PSX: Cashing on improving investor confidence

FY21 stood as the strongest year in terms of volumes in PSX history with avg. turnover clocking in at 668.2mn shares with investors, taking a bet on Pakistan’s recovery story, preferred growth stocks over traditional plays as indicated by KSE/KSE-ALL volumes standing at 42.1% compared to 10y historical avg. of 61.0%. The story remains intact, despite concerns on macro front, which should keep market liquid in the near term.

Higher volumes is partly a proponent of Govt.’s crackdown on unregistered bonds (Investments in prize bonds of PkR7.5k-PkR40k is reduced by 82.5% from FY19) and larger risk appetite as indicated by 4.1% of population holding a cryptocurrency. These factors have resulted in Individual accounts at the PSX increasing by 19k during FY21, highest in the past 6 years to stand at 236,801, taking overall accounts to 257,714. Tech-adoption wave is also credited for this feat where 42.5% of accounts were opened online in Jun’21 vs. just 24.6% in Jan’21.
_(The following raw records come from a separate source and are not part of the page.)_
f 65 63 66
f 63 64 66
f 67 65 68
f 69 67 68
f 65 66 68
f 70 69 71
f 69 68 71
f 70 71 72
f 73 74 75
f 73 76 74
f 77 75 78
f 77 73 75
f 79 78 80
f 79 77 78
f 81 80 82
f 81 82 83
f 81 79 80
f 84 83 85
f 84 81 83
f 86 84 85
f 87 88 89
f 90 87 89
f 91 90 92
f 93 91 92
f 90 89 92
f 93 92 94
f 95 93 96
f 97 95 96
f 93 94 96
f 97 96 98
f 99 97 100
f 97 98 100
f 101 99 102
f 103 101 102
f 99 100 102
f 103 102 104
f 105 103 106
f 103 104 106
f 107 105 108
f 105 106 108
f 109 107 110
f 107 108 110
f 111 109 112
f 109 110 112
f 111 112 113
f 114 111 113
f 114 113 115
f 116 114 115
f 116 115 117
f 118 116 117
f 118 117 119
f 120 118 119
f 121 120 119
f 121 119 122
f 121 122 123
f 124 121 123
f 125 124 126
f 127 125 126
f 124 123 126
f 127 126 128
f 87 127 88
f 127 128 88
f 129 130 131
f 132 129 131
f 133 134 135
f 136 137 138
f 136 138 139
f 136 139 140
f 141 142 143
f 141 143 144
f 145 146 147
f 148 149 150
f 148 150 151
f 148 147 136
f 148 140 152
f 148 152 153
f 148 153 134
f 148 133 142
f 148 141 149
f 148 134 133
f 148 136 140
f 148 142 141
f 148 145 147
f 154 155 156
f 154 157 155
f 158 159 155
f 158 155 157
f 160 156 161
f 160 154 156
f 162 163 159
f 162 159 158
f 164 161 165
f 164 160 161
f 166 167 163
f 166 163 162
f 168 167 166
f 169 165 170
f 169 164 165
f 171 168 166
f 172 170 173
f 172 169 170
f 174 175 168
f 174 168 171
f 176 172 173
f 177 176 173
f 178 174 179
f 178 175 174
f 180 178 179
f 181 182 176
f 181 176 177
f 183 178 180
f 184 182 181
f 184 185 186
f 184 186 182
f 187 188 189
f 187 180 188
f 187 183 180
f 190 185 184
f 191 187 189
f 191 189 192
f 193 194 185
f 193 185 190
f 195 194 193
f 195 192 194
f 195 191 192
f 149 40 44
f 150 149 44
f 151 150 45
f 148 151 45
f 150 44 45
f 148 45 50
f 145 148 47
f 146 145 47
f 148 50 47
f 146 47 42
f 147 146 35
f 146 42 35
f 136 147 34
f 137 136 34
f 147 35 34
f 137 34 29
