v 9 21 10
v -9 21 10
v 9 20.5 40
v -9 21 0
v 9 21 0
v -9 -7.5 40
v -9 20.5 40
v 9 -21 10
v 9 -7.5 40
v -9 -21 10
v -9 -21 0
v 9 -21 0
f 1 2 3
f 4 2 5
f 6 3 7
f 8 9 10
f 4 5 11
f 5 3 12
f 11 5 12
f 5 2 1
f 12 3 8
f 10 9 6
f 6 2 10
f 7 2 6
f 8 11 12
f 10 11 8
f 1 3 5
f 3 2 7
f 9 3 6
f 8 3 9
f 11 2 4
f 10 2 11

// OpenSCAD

l = 40;
b = 16;
w = 40;
t = 1.0;
o = 0.65;

	hull()
	{
		translate( [ 0, 0, 5 ] )
		cube( [ b+t*2, w+t*2, 10 ], center = true );
		translate( [ 0, w*o/4, l-5 ] )
		cube( [ b+t*2, w*o+t*2, 10 ], center = true );
	}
In another landmark, PSX received interest of 4 companies for listing, cumulatively raising PkR11.7bn – the highest amount raised in recent times, increasing the depth of the market. Our correspondence with AKD Investment Banking suggests a stronger pipeline for FY22.
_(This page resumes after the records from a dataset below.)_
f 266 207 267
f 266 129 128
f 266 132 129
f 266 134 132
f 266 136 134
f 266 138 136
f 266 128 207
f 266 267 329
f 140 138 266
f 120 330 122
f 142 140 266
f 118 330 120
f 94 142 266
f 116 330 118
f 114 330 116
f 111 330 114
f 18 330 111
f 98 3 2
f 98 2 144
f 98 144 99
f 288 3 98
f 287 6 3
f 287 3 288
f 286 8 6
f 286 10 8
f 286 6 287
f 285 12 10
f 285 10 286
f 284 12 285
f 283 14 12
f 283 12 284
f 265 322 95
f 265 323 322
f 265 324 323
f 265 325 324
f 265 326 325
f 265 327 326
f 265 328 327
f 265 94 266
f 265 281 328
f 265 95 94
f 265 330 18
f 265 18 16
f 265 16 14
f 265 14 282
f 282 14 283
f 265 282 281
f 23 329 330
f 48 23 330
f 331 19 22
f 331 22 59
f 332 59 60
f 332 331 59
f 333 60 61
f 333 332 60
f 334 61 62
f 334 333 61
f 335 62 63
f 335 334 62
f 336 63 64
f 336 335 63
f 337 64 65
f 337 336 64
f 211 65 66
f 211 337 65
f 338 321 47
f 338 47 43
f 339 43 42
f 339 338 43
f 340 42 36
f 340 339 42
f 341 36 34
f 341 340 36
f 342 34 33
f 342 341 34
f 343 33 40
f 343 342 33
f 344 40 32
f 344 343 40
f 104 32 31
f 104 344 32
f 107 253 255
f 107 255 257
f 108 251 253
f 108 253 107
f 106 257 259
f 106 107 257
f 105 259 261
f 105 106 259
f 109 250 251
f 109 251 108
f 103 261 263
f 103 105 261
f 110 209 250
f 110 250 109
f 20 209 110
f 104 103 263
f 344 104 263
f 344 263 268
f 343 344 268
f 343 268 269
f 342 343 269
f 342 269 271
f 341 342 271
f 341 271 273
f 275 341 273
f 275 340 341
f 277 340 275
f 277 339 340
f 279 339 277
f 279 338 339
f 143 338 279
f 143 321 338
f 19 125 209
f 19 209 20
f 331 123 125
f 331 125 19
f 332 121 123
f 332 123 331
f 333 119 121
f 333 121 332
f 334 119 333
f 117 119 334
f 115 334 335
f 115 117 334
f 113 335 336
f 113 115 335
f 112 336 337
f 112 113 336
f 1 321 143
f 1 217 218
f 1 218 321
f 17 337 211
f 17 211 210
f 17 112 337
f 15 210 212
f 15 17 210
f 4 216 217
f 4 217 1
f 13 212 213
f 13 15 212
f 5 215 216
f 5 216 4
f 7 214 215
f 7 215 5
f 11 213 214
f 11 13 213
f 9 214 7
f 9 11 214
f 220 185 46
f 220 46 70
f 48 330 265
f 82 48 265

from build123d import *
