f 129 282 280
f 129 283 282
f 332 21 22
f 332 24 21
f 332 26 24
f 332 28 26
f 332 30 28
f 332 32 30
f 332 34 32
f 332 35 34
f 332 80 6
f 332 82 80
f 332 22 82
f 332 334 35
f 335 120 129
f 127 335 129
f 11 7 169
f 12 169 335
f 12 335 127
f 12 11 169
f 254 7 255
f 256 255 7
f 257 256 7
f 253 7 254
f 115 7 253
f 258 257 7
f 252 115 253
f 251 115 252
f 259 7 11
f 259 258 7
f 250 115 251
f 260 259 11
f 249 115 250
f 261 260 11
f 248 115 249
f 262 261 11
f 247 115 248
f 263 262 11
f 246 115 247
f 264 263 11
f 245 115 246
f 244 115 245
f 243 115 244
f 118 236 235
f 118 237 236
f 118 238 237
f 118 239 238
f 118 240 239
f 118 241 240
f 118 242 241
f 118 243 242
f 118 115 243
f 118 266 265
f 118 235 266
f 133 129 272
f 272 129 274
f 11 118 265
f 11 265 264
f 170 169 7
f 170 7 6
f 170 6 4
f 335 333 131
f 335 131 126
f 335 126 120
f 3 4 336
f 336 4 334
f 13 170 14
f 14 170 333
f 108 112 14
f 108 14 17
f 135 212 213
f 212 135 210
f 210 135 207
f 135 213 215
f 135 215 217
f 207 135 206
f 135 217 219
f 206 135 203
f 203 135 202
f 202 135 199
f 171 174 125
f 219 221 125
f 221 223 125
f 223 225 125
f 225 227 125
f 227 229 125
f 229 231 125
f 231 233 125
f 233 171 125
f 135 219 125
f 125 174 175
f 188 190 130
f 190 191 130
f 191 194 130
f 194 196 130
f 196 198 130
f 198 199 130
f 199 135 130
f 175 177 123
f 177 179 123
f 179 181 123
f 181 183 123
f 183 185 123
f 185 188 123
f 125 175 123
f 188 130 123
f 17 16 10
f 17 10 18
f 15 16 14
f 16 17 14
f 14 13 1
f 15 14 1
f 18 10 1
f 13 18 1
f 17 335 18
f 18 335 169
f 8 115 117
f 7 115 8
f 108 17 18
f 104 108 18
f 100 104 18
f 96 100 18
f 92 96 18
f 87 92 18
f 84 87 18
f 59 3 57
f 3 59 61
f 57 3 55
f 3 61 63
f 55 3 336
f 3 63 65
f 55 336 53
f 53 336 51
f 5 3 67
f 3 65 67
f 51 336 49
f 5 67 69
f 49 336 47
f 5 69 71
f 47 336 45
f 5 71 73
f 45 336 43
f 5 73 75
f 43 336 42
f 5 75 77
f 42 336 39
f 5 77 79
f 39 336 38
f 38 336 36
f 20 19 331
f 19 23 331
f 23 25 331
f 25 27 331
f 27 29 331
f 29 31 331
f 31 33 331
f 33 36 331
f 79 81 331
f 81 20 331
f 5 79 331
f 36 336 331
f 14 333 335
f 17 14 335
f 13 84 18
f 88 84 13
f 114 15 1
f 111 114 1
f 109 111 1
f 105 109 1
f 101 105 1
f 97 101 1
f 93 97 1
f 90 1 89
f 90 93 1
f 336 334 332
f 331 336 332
Resultantly, PSX and its member companies are likely to record another year of strong earnings, having already recorded 36.2%-3.3x growth as per latest FS. PSX will also likely benefit from increase in fees and tariffs announced in latter part of 1HFY21 where assuming TTM volumes and revised fee structures, earnings of the company could arrive at PkR0.88/sh for FY22.

PSX is currently trading at a FY22 P/E of 27.3x compared to other regional listed market’s P/E of 36.5x (table on the right). Brokerage houses, namely, NEXT, EFGH, and DEL are currently trading at a P/E of 9.5x – cheap considering the integrated business model of these companies with PSX. Moreover, the implementation of minimum brokerage should assist these players to gain larger share amidst higher volumes at the bourse.